§ **Exercise goal**: In the entries below, the lines from the one with "BASE_HEIGHT/2 + ZM_offset" through the one with "0 and 19.5)" are to be copied exactly; both ends count.

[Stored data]
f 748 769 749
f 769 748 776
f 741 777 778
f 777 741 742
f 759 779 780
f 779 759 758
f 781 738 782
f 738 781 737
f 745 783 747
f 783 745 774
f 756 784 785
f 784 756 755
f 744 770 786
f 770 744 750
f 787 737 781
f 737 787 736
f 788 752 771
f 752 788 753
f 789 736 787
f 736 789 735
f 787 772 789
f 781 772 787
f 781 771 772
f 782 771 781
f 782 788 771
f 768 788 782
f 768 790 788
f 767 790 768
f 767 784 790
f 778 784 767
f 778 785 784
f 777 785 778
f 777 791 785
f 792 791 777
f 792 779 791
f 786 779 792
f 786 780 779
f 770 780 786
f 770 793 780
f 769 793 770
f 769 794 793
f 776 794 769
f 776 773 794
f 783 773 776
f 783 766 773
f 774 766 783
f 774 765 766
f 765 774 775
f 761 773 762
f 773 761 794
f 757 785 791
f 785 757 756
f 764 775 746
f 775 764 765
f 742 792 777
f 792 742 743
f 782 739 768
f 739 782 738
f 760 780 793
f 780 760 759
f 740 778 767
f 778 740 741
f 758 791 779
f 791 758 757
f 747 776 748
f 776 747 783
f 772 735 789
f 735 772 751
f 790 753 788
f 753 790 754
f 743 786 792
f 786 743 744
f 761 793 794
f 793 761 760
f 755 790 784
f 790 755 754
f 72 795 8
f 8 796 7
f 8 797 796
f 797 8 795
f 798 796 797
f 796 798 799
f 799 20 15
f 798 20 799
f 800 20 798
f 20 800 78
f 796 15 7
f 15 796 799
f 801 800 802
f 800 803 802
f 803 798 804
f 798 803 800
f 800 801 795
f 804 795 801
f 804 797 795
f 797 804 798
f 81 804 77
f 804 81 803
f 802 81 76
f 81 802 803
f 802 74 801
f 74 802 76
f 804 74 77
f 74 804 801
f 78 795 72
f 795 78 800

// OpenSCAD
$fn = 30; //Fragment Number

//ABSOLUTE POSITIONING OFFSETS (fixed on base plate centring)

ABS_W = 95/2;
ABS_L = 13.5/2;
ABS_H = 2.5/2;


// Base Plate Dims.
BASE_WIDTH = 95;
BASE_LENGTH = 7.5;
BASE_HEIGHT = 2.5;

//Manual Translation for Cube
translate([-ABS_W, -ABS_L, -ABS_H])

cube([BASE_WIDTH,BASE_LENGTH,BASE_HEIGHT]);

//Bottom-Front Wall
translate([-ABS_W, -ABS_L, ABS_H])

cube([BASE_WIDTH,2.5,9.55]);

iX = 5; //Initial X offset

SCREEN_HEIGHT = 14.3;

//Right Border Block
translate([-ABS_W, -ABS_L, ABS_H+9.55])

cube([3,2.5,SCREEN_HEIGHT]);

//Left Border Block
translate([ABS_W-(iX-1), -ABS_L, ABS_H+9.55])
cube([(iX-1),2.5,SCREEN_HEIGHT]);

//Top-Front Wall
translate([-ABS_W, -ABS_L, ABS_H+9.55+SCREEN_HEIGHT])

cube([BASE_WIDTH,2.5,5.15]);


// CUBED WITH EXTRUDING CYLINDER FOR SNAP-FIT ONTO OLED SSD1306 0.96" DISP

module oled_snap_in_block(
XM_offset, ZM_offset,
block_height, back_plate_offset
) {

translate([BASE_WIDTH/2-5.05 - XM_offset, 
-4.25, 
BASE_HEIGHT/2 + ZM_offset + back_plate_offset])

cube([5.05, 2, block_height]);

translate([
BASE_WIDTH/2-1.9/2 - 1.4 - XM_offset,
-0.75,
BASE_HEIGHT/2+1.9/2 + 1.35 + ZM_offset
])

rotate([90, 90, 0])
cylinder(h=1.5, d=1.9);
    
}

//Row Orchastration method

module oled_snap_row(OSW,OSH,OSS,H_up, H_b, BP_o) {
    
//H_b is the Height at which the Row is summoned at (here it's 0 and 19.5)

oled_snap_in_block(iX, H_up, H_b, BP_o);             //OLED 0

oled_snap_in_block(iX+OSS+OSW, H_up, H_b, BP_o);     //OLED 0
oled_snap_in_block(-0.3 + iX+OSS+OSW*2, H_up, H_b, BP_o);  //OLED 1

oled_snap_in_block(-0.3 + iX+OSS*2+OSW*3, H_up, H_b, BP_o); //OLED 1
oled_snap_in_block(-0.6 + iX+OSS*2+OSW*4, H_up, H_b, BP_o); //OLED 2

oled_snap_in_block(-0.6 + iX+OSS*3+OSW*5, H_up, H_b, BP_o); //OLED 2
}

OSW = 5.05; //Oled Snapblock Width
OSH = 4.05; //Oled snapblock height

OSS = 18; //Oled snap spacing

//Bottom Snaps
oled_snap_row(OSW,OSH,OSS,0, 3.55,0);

==

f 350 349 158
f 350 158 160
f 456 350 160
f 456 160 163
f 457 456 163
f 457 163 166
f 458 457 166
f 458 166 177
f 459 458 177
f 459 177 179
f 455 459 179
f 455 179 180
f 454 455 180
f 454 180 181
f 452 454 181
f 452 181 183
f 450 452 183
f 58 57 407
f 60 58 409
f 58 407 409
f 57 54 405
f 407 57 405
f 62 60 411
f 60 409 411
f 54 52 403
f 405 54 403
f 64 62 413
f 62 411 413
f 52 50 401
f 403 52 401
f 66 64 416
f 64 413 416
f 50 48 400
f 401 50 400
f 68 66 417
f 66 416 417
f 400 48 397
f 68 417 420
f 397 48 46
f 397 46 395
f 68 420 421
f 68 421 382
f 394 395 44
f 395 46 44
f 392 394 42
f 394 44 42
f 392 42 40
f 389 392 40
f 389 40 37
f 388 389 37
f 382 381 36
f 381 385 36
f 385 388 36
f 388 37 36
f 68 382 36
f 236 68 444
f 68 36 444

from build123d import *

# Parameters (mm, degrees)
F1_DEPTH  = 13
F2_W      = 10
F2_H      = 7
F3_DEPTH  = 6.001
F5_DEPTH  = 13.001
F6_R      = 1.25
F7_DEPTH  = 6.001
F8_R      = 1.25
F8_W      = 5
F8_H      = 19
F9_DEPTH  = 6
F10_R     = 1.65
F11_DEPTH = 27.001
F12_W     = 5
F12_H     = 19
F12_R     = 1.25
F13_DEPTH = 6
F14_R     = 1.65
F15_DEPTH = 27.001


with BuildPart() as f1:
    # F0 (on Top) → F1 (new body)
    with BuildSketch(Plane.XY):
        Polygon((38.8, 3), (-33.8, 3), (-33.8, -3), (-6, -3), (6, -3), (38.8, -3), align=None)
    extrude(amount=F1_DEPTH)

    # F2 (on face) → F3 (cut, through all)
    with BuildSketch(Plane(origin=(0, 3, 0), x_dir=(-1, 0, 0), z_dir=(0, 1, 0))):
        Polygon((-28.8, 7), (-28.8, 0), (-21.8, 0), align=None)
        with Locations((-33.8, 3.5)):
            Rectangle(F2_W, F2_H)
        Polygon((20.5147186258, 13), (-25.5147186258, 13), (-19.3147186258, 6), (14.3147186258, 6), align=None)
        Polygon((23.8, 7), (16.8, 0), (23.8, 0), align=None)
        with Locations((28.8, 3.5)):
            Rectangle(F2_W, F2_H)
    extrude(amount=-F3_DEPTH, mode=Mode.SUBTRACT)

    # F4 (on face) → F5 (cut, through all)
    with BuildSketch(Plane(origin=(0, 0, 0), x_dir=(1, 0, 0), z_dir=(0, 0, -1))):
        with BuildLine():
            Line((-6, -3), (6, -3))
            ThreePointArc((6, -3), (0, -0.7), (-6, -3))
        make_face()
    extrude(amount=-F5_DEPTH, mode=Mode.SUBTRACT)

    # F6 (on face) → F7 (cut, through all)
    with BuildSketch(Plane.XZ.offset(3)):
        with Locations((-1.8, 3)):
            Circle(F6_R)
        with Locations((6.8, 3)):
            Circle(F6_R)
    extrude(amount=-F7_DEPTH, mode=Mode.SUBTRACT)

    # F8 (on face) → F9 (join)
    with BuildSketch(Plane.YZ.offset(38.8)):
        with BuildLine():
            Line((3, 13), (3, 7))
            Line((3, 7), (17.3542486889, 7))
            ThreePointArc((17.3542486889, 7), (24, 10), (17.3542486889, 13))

§ **Task output**:
BASE_HEIGHT/2 + ZM_offset + back_plate_offset])

cube([5.05, 2, block_height]);

translate([
BASE_WIDTH/2-1.9/2 - 1.4 - XM_offset,
-0.75,
BASE_HEIGHT/2+1.9/2 + 1.35 + ZM_offset
])

rotate([90, 90, 0])
cylinder(h=1.5, d=1.9);
    
}

//Row Orchastration method

module oled_snap_row(OSW,OSH,OSS,H_up, H_b, BP_o) {
    
//H_b is the Height at which the Row is summoned at (here it's 0 and 19.5)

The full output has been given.